What you will do — Where the records below show a line containing "#29=VECTOR('',#28,1.);", start copying; end with the line containing "#38=EDGE_CURVE('',#34,#25,#37,.T.);", and copy it too.

===

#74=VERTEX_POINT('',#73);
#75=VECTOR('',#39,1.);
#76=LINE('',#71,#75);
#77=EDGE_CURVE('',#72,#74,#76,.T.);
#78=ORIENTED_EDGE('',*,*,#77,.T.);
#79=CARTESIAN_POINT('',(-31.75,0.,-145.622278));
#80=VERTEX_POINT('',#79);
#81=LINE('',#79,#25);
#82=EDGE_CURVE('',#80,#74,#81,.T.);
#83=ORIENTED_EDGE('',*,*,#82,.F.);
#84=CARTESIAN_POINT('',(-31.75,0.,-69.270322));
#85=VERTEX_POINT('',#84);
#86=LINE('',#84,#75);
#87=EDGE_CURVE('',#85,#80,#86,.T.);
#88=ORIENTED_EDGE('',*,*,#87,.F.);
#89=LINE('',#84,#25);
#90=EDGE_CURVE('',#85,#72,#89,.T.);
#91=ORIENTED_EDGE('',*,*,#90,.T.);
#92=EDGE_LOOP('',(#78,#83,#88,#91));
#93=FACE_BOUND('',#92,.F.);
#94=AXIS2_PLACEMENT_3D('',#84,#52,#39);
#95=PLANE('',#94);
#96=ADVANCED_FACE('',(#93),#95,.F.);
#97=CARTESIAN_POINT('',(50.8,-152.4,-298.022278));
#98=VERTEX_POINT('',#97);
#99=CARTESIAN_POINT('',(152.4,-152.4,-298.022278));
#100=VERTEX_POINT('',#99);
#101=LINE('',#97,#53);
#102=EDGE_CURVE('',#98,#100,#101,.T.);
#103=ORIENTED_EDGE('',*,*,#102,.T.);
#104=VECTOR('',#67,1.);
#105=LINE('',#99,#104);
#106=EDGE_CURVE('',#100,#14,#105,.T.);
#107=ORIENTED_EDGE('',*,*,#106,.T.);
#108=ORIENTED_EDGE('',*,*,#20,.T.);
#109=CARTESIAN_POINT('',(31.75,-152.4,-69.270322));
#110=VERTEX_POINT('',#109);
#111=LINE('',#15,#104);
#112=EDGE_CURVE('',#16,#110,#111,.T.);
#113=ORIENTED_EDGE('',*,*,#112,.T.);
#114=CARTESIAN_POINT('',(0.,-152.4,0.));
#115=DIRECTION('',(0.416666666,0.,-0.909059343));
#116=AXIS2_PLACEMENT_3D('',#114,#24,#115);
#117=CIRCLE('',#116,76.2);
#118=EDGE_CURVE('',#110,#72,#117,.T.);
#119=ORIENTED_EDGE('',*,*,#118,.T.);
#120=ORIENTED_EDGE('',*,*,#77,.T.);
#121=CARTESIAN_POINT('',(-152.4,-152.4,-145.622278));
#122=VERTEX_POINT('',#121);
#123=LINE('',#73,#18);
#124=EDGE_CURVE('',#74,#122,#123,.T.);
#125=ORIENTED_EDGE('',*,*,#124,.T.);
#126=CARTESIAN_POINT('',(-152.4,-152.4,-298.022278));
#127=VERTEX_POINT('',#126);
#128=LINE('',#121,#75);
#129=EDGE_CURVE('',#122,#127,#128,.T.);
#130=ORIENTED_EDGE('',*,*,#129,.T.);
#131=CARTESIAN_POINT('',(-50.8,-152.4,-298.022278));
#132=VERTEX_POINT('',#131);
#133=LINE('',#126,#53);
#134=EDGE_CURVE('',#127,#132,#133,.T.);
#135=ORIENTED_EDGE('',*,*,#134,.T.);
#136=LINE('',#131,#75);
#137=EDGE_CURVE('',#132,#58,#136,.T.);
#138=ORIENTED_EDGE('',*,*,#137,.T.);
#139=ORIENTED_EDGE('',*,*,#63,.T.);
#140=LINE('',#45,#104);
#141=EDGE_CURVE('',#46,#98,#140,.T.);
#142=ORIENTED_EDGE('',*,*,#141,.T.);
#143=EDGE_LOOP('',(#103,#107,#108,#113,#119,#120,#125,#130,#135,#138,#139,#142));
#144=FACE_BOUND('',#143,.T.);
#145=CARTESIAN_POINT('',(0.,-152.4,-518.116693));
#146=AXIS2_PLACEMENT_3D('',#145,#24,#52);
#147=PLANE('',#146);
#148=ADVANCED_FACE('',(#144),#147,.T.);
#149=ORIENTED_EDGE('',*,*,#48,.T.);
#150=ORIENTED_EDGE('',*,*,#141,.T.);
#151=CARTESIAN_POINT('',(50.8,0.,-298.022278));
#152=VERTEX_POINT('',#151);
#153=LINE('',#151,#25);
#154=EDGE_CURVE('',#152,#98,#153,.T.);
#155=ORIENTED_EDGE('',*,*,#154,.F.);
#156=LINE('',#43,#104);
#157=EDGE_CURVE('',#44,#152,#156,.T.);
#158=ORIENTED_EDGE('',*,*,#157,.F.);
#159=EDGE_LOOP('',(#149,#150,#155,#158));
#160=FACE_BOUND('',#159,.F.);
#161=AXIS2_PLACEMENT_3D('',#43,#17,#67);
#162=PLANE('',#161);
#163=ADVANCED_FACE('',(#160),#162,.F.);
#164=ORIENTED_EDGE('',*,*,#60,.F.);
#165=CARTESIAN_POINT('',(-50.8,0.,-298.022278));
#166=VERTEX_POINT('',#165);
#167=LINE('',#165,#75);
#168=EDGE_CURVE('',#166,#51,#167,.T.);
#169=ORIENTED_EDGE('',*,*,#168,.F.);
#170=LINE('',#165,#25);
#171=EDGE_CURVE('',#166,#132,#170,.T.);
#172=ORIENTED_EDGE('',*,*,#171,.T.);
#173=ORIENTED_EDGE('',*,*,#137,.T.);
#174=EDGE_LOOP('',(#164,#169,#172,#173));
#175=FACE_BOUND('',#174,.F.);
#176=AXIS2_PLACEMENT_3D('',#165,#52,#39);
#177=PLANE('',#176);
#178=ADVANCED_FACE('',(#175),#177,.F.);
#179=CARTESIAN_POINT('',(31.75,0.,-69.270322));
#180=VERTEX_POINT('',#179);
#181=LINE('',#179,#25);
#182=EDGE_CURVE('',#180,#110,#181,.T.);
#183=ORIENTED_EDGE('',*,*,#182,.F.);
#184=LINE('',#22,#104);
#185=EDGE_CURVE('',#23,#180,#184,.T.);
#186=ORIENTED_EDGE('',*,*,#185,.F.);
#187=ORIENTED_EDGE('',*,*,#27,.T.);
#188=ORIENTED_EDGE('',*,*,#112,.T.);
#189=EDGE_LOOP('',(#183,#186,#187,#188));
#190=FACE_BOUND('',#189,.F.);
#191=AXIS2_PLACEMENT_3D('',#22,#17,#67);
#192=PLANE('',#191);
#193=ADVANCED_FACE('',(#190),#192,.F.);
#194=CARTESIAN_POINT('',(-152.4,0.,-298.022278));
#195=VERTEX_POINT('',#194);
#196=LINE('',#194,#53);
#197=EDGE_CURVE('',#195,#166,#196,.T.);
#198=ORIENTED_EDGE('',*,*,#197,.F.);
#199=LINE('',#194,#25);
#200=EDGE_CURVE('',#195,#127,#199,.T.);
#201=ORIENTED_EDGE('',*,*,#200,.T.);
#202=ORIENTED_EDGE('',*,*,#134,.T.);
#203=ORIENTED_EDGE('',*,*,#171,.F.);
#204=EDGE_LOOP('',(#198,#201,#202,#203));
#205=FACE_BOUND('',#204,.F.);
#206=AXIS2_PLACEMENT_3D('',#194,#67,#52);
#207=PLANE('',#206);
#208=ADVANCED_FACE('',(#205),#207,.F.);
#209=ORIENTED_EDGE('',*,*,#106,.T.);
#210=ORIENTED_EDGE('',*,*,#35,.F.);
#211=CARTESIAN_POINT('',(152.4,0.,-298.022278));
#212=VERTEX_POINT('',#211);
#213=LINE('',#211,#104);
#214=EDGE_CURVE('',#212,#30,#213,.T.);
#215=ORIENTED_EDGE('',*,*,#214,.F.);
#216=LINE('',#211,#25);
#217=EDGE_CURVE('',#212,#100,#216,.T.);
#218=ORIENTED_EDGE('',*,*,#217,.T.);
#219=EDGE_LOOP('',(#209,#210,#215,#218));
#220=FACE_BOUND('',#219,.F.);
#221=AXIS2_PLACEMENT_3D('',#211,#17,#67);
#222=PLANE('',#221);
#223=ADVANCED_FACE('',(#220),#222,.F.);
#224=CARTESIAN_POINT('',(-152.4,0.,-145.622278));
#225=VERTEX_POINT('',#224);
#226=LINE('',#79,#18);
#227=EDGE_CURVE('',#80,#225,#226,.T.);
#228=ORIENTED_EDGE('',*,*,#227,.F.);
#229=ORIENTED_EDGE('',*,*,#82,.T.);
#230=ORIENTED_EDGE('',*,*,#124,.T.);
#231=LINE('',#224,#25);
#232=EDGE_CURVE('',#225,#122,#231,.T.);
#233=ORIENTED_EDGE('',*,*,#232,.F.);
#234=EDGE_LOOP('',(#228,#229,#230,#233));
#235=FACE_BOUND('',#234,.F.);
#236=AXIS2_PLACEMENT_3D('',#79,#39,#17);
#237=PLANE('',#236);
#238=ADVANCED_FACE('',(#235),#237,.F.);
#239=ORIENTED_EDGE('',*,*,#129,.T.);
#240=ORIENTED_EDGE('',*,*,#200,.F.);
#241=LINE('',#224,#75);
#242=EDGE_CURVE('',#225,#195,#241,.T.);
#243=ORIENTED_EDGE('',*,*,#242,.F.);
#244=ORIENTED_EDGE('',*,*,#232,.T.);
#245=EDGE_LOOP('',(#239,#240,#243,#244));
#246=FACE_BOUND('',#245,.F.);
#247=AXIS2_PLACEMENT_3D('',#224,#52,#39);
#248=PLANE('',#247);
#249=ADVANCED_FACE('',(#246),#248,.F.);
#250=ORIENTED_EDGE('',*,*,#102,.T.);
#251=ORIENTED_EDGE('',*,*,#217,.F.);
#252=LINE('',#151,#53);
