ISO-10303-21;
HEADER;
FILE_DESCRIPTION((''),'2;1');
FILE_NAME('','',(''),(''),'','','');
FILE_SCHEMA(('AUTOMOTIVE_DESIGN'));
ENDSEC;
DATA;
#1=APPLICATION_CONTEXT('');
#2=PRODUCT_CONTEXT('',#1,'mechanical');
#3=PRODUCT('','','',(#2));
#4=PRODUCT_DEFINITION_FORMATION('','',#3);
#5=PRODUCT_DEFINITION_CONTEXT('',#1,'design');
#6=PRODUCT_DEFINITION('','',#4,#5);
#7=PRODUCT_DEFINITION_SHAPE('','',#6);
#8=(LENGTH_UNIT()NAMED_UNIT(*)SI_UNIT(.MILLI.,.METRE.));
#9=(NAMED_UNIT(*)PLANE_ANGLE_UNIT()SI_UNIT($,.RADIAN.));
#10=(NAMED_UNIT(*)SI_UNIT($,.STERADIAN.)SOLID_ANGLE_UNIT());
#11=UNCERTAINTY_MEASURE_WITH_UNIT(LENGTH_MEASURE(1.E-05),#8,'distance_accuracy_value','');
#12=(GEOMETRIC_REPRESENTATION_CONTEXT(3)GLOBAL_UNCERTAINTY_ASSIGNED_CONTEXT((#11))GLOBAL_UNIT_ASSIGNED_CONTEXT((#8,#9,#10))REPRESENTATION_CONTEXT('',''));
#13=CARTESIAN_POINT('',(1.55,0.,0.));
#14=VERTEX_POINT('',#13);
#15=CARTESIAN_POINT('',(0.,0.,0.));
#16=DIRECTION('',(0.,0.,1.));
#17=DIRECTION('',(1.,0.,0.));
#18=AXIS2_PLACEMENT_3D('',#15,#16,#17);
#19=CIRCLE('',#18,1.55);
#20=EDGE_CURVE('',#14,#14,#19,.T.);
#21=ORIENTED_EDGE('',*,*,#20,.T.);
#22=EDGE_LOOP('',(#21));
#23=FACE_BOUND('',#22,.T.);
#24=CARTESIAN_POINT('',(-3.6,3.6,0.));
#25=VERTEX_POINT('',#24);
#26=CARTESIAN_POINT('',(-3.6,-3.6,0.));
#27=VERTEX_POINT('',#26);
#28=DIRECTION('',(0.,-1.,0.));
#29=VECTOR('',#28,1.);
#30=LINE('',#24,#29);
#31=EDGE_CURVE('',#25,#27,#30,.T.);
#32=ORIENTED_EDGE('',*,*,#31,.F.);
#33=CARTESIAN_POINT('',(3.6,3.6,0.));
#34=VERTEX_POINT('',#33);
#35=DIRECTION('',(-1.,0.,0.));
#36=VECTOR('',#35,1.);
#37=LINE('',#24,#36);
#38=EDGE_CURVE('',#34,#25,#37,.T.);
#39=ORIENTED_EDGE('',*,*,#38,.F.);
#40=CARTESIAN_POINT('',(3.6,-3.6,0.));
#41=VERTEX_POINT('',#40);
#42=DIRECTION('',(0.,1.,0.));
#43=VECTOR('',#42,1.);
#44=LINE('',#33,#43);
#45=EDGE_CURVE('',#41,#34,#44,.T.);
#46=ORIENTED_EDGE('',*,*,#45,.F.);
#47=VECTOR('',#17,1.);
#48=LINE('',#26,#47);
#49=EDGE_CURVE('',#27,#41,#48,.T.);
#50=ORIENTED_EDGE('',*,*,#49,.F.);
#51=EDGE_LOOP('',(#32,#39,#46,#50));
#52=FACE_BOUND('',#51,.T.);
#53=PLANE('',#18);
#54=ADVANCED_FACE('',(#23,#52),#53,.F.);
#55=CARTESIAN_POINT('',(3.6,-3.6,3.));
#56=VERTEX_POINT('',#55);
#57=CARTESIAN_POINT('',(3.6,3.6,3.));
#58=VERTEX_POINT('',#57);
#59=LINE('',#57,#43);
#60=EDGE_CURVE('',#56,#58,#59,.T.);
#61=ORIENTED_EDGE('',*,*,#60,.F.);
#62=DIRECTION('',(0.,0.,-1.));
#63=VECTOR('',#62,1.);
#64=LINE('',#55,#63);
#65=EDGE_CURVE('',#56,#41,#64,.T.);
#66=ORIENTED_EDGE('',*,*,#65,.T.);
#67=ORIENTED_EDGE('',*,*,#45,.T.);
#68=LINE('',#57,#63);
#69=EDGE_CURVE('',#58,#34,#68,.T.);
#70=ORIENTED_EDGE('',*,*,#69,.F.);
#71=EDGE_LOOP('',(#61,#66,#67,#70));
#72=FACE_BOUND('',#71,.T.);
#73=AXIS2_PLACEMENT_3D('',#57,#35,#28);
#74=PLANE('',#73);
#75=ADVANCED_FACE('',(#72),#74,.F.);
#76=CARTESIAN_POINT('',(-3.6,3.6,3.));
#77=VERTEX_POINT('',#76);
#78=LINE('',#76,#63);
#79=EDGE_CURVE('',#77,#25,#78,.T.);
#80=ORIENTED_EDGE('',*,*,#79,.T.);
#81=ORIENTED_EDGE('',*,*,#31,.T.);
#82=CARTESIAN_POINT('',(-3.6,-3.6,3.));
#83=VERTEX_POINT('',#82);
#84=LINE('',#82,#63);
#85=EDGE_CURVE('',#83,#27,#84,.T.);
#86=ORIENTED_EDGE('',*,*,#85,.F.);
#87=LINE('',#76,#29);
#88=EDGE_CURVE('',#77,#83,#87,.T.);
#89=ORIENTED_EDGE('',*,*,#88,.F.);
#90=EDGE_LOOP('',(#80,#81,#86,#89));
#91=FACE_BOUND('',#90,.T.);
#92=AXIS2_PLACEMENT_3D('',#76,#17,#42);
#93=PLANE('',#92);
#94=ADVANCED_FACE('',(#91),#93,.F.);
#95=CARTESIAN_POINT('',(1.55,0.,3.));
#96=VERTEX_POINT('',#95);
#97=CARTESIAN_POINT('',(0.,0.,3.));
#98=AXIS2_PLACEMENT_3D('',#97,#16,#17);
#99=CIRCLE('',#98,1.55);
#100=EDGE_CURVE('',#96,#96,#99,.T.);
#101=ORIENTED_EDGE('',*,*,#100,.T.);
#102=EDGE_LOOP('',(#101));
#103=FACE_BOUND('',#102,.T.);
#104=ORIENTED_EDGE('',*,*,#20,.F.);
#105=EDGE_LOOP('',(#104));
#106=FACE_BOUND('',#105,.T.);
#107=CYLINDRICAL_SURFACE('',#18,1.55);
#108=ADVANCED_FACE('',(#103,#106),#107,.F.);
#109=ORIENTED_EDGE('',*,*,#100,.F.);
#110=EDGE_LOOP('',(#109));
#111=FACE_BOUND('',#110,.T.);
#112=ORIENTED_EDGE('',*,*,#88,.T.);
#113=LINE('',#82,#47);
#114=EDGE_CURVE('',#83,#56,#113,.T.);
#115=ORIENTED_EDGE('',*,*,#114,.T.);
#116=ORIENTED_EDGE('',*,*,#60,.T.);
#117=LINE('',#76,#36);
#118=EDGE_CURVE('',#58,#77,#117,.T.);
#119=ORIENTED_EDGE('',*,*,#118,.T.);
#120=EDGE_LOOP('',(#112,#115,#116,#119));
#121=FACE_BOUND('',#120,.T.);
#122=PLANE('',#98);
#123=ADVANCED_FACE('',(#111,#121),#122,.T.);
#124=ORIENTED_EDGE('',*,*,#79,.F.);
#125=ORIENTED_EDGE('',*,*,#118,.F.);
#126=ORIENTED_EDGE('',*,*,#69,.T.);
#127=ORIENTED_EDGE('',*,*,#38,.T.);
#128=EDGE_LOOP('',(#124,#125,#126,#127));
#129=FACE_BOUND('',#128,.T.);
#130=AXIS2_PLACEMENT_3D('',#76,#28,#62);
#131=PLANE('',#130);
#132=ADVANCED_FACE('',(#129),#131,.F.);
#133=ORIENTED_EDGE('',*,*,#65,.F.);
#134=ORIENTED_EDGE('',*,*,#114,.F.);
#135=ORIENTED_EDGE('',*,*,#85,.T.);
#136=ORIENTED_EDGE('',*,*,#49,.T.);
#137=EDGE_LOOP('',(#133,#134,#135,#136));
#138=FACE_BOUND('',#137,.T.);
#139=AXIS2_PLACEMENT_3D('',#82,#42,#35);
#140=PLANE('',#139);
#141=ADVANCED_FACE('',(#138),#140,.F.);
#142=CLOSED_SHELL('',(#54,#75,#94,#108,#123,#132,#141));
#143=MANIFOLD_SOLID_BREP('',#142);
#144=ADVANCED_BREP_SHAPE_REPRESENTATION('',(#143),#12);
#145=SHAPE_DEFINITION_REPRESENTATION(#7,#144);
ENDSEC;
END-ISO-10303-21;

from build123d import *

# Parameters (mm, degrees)
SKETCH1_W           = 7.2
SKETCH1_H           = 7.2
BOSS_EXTRUDE1_DEPTH = 3
SKETCH2_R           = 1.55
CUT_EXTRUDE1_DEPTH  = 3


with BuildPart() as part:
    # Sketch1 → Boss-Extrude1 (new body)
    with BuildSketch(Plane.XY):
        Rectangle(SKETCH1_W, SKETCH1_H)
    extrude(amount=BOSS_EXTRUDE1_DEPTH)

    # Sketch2 → Cut-Extrude1 (cut)
    with BuildSketch(Plane.XY.offset(3)):
        Circle(SKETCH2_R)
    extrude(amount=-CUT_EXTRUDE1_DEPTH, mode=Mode.SUBTRACT)


solid = part.part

===

Response —
#29=VECTOR('',#28,1.);
#30=LINE('',#24,#29);
#31=EDGE_CURVE('',#25,#27,#30,.T.);
#32=ORIENTED_EDGE('',*,*,#31,.F.);
#33=CARTESIAN_POINT('',(3.6,3.6,0.));
#34=VERTEX_POINT('',#33);
#35=DIRECTION('',(-1.,0.,0.));
#36=VECTOR('',#35,1.);
#37=LINE('',#24,#36);
#38=EDGE_CURVE('',#34,#25,#37,.T.);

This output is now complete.